Thank you. I had some advice from a professional that Poker winnings can be classified as "earned" income and referred to the Baxter v United states case (I can't link to it)

My UK salary +poker winnings is less than the circa $100k limit for the Foreign earned income exclusion so as there will be no tax due here I may aswell add it and report it

As for the $6k won in a las vegas poker tournament, I'm unsure whether this will be subject to tax or not if it's my only taxable income


----------



## KRM2015 (Jan 21, 2015)

Sorry for all the questions....

1 other issue is that I got married in 2014. I have gotten a new US passport in my new name (does this automatically update SSN?)
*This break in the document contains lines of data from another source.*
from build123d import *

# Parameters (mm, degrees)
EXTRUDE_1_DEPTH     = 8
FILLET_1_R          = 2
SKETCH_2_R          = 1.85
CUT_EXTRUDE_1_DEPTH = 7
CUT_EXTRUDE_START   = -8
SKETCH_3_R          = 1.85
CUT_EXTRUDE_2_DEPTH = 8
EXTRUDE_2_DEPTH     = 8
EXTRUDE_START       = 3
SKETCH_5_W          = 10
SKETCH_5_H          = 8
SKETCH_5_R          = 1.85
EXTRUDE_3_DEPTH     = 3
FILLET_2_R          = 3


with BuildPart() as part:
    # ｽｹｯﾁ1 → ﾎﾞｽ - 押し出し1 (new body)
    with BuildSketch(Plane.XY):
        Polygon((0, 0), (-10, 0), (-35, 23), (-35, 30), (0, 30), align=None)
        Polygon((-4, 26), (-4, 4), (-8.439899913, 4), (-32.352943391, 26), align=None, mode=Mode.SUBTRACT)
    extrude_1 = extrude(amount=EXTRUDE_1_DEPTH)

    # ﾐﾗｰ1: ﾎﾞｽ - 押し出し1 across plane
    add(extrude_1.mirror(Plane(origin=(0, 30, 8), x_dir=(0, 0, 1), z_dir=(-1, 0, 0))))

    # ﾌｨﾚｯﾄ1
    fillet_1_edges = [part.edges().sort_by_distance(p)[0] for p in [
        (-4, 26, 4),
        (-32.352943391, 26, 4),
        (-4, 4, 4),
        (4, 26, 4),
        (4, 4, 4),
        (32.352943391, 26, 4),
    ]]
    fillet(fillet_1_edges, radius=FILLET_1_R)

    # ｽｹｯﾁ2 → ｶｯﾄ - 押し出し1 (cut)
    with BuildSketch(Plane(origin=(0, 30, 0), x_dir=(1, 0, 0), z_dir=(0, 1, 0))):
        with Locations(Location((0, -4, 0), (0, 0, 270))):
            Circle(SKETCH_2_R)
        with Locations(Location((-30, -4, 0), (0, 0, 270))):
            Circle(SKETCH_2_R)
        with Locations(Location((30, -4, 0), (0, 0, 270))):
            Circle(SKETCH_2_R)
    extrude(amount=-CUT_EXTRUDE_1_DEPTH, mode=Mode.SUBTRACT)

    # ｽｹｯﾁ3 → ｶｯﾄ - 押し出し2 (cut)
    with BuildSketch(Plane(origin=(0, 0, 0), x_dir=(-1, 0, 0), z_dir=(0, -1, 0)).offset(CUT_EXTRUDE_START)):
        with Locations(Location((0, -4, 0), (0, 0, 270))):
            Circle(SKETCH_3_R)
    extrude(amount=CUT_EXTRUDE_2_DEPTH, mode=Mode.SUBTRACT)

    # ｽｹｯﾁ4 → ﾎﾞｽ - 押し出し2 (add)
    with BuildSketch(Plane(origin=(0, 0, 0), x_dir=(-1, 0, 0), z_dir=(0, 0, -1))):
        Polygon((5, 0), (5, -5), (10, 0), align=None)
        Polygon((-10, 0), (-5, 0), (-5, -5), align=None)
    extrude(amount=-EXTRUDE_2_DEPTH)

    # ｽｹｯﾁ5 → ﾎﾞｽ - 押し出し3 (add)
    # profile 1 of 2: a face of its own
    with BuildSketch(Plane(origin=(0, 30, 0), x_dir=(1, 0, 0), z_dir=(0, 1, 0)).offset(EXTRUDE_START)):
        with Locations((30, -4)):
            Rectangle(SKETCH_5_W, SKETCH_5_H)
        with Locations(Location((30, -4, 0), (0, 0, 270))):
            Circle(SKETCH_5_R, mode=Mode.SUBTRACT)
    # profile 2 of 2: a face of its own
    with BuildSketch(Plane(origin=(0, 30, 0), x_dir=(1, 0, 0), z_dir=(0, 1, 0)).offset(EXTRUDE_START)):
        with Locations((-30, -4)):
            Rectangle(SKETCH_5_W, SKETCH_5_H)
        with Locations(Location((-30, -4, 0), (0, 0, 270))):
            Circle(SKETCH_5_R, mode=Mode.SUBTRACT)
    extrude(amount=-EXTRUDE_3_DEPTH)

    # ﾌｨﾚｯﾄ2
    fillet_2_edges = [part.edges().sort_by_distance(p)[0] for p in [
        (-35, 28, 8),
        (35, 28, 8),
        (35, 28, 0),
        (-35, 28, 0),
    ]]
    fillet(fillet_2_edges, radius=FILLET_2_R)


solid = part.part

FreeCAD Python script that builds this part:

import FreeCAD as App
import Part
import Sketcher
from FreeCAD import Vector


def edges_at(feature, points):
    """Names of the edges that pass closest to the given points."""
    edges = feature.Shape.Edges
    near = lambda p: min(range(len(edges)), key=lambda i: edges[i].distToShape(Part.Vertex(*p))[0])
    return sorted({f"Edge{near(p) + 1}" for p in points})

doc = App.newDocument("Part")
body = doc.addObject("PartDesign::Body", "Body")

# Sketch on XY plane
sketch1 = body.newObject("Sketcher::SketchObject", "Sketch")
sketch1.AttachmentSupport = (doc.getObject("XY_Plane"), [""])
sketch1.MapMode = "FlatFace"
sketch1.addGeometry(Part.LineSegment(Vector(-10, 0, 0), Vector(0, 0, 0)), False)
sketch1.addGeometry(Part.LineSegment(Vector(0, 0, 0), Vector(0, 30, 0)), False)
sketch1.addGeometry(Part.LineSegment(Vector(0, 30, 0), Vector(-35, 30, 0)), False)
sketch1.addGeometry(Part.LineSegment(Vector(-35, 30, 0), Vector(-35, 23, 0)), False)
sketch1.addGeometry(Part.LineSegment(Vector(-35, 23, 0), Vector(-10, 0, 0)), False)
sketch1.addGeometry(Part.LineSegment(Vector(-4, 26, 0), Vector(-4, 4, 0)), False)
sketch1.addGeometry(Part.LineSegment(Vector(-4, 4, 0), Vector(-8.4, 4, 0)), False)
sketch1.addGeometry(Part.LineSegment(Vector(-8.4, 4, 0), Vector(-32.4, 26, 0)), False)
sketch1.addGeometry(Part.LineSegment(Vector(-32.4, 26, 0), Vector(-4, 26, 0)), False)
sketch1.addConstraint(Sketcher.Constraint("Coincident", 0, 2, 1, 1))
sketch1.addConstraint(Sketcher.Constraint("Coincident", 1, 2, 2, 1))
sketch1.addConstraint(Sketcher.Constraint("Coincident", 2, 2, 3, 1))
sketch1.addConstraint(Sketcher.Constraint("Coincident", 3, 2, 4, 1))
sketch1.addConstraint(Sketcher.Constraint("Coincident", 4, 2, 0, 1))
sketch1.addConstraint(Sketcher.Constraint("Coincident", 5, 2, 6, 1))
sketch1.addConstraint(Sketcher.Constraint("Coincident", 6, 2, 7, 1))
sketch1.addConstraint(Sketcher.Constraint("Coincident", 7, 2, 8, 1))
sketch1.addConstraint(Sketcher.Constraint("Coincident", 8, 2, 5, 1))
sketch1.addConstraint(Sketcher.Constraint("Horizontal", 0))
sketch1.addConstraint(Sketcher.Constraint("Vertical", 1))
sketch1.addConstraint(Sketcher.Constraint("Horizontal", 2))
sketch1.addConstraint(Sketcher.Constraint("Vertical", 3))
sketch1.addConstraint(Sketcher.Constraint("Vertical", 5))
sketch1.addConstraint(Sketcher.Constraint("Horizontal", 6))
sketch1.addConstraint(Sketcher.Constraint("Horizontal", 8))
sketch1.addConstraint(Sketcher.Constraint("Coincident", 0, 2, -1, 1))
sketch1.addConstraint(Sketcher.Constraint("Parallel", 4, 7))
sketch1.addConstraint(Sketcher.Constraint("DistanceX", 0, 1, 0, 2, 10.0))
sketch1.addConstraint(Sketcher.Constraint("DistanceX", 2, 2, 2, 1, 35.0))
sketch1.addConstraint(Sketcher.Constraint("DistanceY", 1, 1, 1, 2, 30.0))
sketch1.addConstraint(Sketcher.Constraint("DistanceY", 3, 2, 3, 1, 7.0))
sketch1.addConstraint(Sketcher.Constraint("DistanceY", 5, 2, 5, 1, 22.0))
sketch1.addConstraint(Sketcher.Constraint("DistanceX", 5, 2, -1, 1, 4.0))
sketch1.addConstraint(Sketcher.Constraint("DistanceY", -1, 1, 5, 2, 4.0))
sketch1.addConstraint(Sketcher.Constraint("DistanceX", 6, 2, 6, 1, 4.4399))
pad1 = body.newObject("PartDesign::Pad", "Pad")
pad1.Profile = sketch1
pad1.Length = 8
doc.recompute()

mirrored = body.newObject("PartDesign::Mirrored", "Mirrored")
mirrored.Originals = [pad1]
mirrored.MirrorPlane = (doc.getObject("YZ_Plane"), [""])
body.Tip = mirrored
doc.recompute()

fillet = body.newObject("PartDesign::Fillet", "Fillet")
fillet.Base = (mirrored, edges_at(mirrored, [
    (-4, 26, 4),
    (-32.353, 26, 4),
    (-4, 4, 4),
    (4, 26, 4),
    (4, 4, 4),
    (32.353, 26, 4),
]))
fillet.Radius = 2

# Sketch on XZ plane
sketch2 = body.newObject("Sketcher::SketchObject", "Sketch001")
sketch2.AttachmentSupport = (doc.getObject("XZ_Plane"), [""])
sketch2.MapMode = "FlatFace"
sketch2.AttachmentOffset = App.Placement(Vector(0, 0, -30), App.Rotation())
sketch2.addGeometry(Part.Circle(Vector(0, 4, 0), Vector(0, 0, 1), 1.9), False)
sketch2.addGeometry(Part.Circle(Vector(-30, 4, 0), Vector(0, 0, 1), 1.9), False)
sketch2.addGeometry(Part.Circle(Vector(30, 4, 0), Vector(0, 0, 1), 1.9), False)
sketch2.addConstraint(Sketcher.Constraint("Equal", 0, 1))
sketch2.addConstraint(Sketcher.Constraint("Equal", 1, 2))
sketch2.addConstraint(Sketcher.Constraint("Symmetric", 1, 3, 2, 3, -2))
sketch2.addConstraint(Sketcher.Constraint("PointOnObject", 0, 3, -2))
sketch2.addConstraint(Sketcher.Constraint("Horizontal", 0, 3, 1, 3))
sketch2.addConstraint(Sketcher.Constraint("Diameter", 0, 3.7))
sketch2.addConstraint(Sketcher.Constraint("DistanceY", -1, 1, 0, 3, 4.0))
sketch2.addConstraint(Sketcher.Constraint("DistanceX", 1, 3, -1, 1, 30.0))
pocket1 = body.newObject("PartDesign::Pocket", "Pocket")
pocket1.Profile = sketch2
pocket1.Length = 7
pocket1.Reversed = True

# Sketch on XZ plane
sketch3 = body.newObject("Sketcher::SketchObject", "Sketch002")
sketch3.AttachmentSupport = (doc.getObject("XZ_Plane"), [""])
sketch3.MapMode = "FlatFace"
sketch3.AttachmentOffset = App.Placement(Vector(0, 0, -8), App.Rotation())
sketch3.addGeometry(Part.Circle(Vector(0, 4, 0), Vector(0, 0, 1), 1.9), False)
sketch3.addConstraint(Sketcher.Constraint("PointOnObject", 0, 3, -2))
sketch3.addConstraint(Sketcher.Constraint("Diameter", 0, 3.7))
sketch3.addConstraint(Sketcher.Constraint("DistanceY", -1, 1, 0, 3, 4.0))
pocket2 = body.newObject("PartDesign::Pocket", "Pocket001")
pocket2.Profile = sketch3
pocket2.Length = 8
pocket2.Reversed = True

# Sketch on XY plane
sketch4 = body.newObject("Sketcher::SketchObject", "Sketch003")
sketch4.AttachmentSupport = (doc.getObject("XY_Plane"), [""])
sketch4.MapMode = "FlatFace"
sketch4.addGeometry(Part.LineSegment(Vector(-5, 0, 0), Vector(-5, -5, 0)), False)
sketch4.addGeometry(Part.LineSegment(Vector(-5, -5, 0), Vector(-10, 0, 0)), False)
sketch4.addGeometry(Part.LineSegment(Vector(-10, 0, 0), Vector(-5, 0, 0)), False)
sketch4.addGeometry(Part.LineSegment(Vector(5, 0, 0), Vector(10, 0, 0)), False)
sketch4.addGeometry(Part.LineSegment(Vector(10, 0, 0), Vector(5, -5, 0)), False)
sketch4.addGeometry(Part.LineSegment(Vector(5, -5, 0), Vector(5, 0, 0)), False)
sketch4.addConstraint(Sketcher.Constraint("Coincident", 0, 2, 1, 1))
sketch4.addConstraint(Sketcher.Constraint("Coincident", 1, 2, 2, 1))
sketch4.addConstraint(Sketcher.Constraint("Coincident", 2, 2, 0, 1))
sketch4.addConstraint(Sketcher.Constraint("Coincident", 3, 2, 4, 1))
sketch4.addConstraint(Sketcher.Constraint("Coincident", 4, 2, 5, 1))
sketch4.addConstraint(Sketcher.Constraint("Coincident", 5, 2, 3, 1))
sketch4.addConstraint(Sketcher.Constraint("Vertical", 0))
sketch4.addConstraint(Sketcher.Constraint("Horizontal", 2))
sketch4.addConstraint(Sketcher.Constraint("Horizontal", 3))
sketch4.addConstraint(Sketcher.Constraint("Vertical", 5))
sketch4.addConstraint(Sketcher.Constraint("Symmetric", 1, 2, 3, 2, -1, 1))
sketch4.addConstraint(Sketcher.Constraint("Symmetric", 0, 2, 4, 2, -2))
sketch4.addConstraint(Sketcher.Constraint("PointOnObject", 1, 2, -1))
sketch4.addConstraint(Sketcher.Constraint("Perpendicular", 1, 4))
sketch4.addConstraint(Sketcher.Constraint("DistanceX", 2, 1, 2, 2, 5.0))
sketch4.addConstraint(Sketcher.Constraint("DistanceX", 0, 2, -1, 1, 5.0))
pad2 = body.newObject("PartDesign::Pad", "Pad001")
pad2.Profile = sketch4
pad2.Length = 8

# Sketch on XZ plane
sketch5 = body.newObject("Sketcher::SketchObject", "Sketch004")
sketch5.AttachmentSupport = (doc.getObject("XZ_Plane"), [""])
sketch5.MapMode = "FlatFace"
sketch5.AttachmentOffset = App.Placement(Vector(0, 0, -33), App.Rotation())
sketch5.addGeometry(Part.LineSegment(Vector(25, 0, 0), Vector(25, 8, 0)), False)
sketch5.addGeometry(Part.LineSegment(Vector(25, 8, 0), Vector(35, 8, 0)), False)
sketch5.addGeometry(Part.LineSegment(Vector(35, 8, 0), Vector(35, 0, 0)), False)
sketch5.addGeometry(Part.LineSegment(Vector(35, 0, 0), Vector(25, 0, 0)), False)
sketch5.addGeometry(Part.Circle(Vector(30, 4, 0), Vector(0, 0, 1), 1.9), False)
sketch5.addGeometry(Part.LineSegment(Vector(-35, 0, 0), Vector(-35, 8, 0)), False)
sketch5.addGeometry(Part.LineSegment(Vector(-35, 8, 0), Vector(-25, 8, 0)), False)
sketch5.addGeometry(Part.LineSegment(Vector(-25, 8, 0), Vector(-25, 0, 0)), False)
sketch5.addGeometry(Part.LineSegment(Vector(-25, 0, 0), Vector(-35, 0, 0)), False)
sketch5.addGeometry(Part.Circle(Vector(-30, 4, 0), Vector(0, 0, 1), 1.9), False)
sketch5.addConstraint(Sketcher.Constraint("Coincident", 0, 2, 1, 1))
sketch5.addConstraint(Sketcher.Constraint("Coincident", 1, 2, 2, 1))
sketch5.addConstraint(Sketcher.Constraint("Coincident", 2, 2, 3, 1))
sketch5.addConstraint(Sketcher.Constraint("Coincident", 3, 2, 0, 1))
sketch5.addConstraint(Sketcher.Constraint("Coincident", 5, 2, 6, 1))
sketch5.addConstraint(Sketcher.Constraint("Coincident", 6, 2, 7, 1))
sketch5.addConstraint(Sketcher.Constraint("Coincident", 7, 2, 8, 1))
sketch5.addConstraint(Sketcher.Constraint("Coincident", 8, 2, 5, 1))
sketch5.addConstraint(Sketcher.Constraint("Vertical", 0))
sketch5.addConstraint(Sketcher.Constraint("Horizontal", 1))
sketch5.addConstraint(Sketcher.Constraint("Vertical", 2))
sketch5.addConstraint(Sketcher.Constraint("Horizontal", 3))
sketch5.addConstraint(Sketcher.Constraint("Vertical", 5))
sketch5.addConstraint(Sketcher.Constraint("Horizontal", 6))
sketch5.addConstraint(Sketcher.Constraint("Vertical", 7))
sketch5.addConstraint(Sketcher.Constraint("Horizontal", 8))
sketch5.addConstraint(Sketcher.Constraint("Equal", 4, 9))
sketch5.addConstraint(Sketcher.Constraint("Symmetric", 3, 2, 7, 2, -1, 1))
sketch5.addConstraint(Sketcher.Constraint("Symmetric", 4, 3, 9, 3, -2))
sketch5.addConstraint(Sketcher.Constraint("Symmetric", 1, 2, 5, 2, -2))
sketch5.addConstraint(Sketcher.Constraint("PointOnObject", 2, 2, -1))
sketch5.addConstraint(Sketcher.Constraint("Diameter", 4, 3.7))
sketch5.addConstraint(Sketcher.Constraint("DistanceX", 1, 1, 1, 2, 10.0))
sketch5.addConstraint(Sketcher.Constraint("DistanceY", 0, 1, 0, 2, 8.0))
sketch5.addConstraint(Sketcher.Constraint("DistanceX", -1, 1, 4, 3, 30.0))
sketch5.addConstraint(Sketcher.Constraint("DistanceY", -1, 1, 4, 3, 4.0))
sketch5.addConstraint(Sketcher.Constraint("DistanceX", -1, 1, 0, 2, 25.0))
pad3 = body.newObject("PartDesign::Pad", "Pad002")
pad3.Profile = sketch5
pad3.Length = 3
doc.recompute()

fillet2 = body.newObject("PartDesign::Fillet", "Fillet001")
fillet2.Base = (pad3, edges_at(pad3, [
    (-35, 28, 8),
    (35, 28, 8),
    (35, 28, 0),
    (-35, 28, 0),
]))
fillet2.Radius = 3

doc.recompute()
When i file my back taxes 2011-2013 what name should I be putting on the form, my current name or my name during those years (maiden name)?


----------



## nyclon (Apr 3, 2011)

Changing your name on your passport does not automatically update your name on your Social Security card. You must change that separately. 

See 6 in the link:

Social Security Numbers | Embassy of the United States


----------



## BBCWatcher (Dec 28, 2012)

Not quite. According to Baxter v. U.S. there's a distinction between a professional gambler and a non-professional gambler, as I noted. You have to check the IRS's definition of "professional gambler" to determine whether you are one.

Yes, that determination will influence whether your winnings are classified as earned income or not, though keep in mind Vegas winnings are not _foreign_ even if you could treat them as earned. (And be careful what you wish for. If earned you'll likely need to pay self-employment tax on them, i.e. Social Security contributions.) All of this _probably_ won't matter, though. You still have a personal exemption and standard deduction (or itemized deductions), and you still have the FTC. (The scope of your FTC will depend on whether or not you take the FEIE.)

Your winnings in Vegas in that amount may have had U.S. tax withheld. Check the statement you received. Yes, the casino is supposed to withhold taxes, at least if your winnings are substantial enough in one "transaction," and issue a statement when they do so. If you did pay U.S. tax on your Vegas winnings then you'd report the gross (before tax) as income and the tax paid as I described upthread.

I'm not aware of any residency requirement limiting your ability to itemize gambling losses. Where do you see that?


----------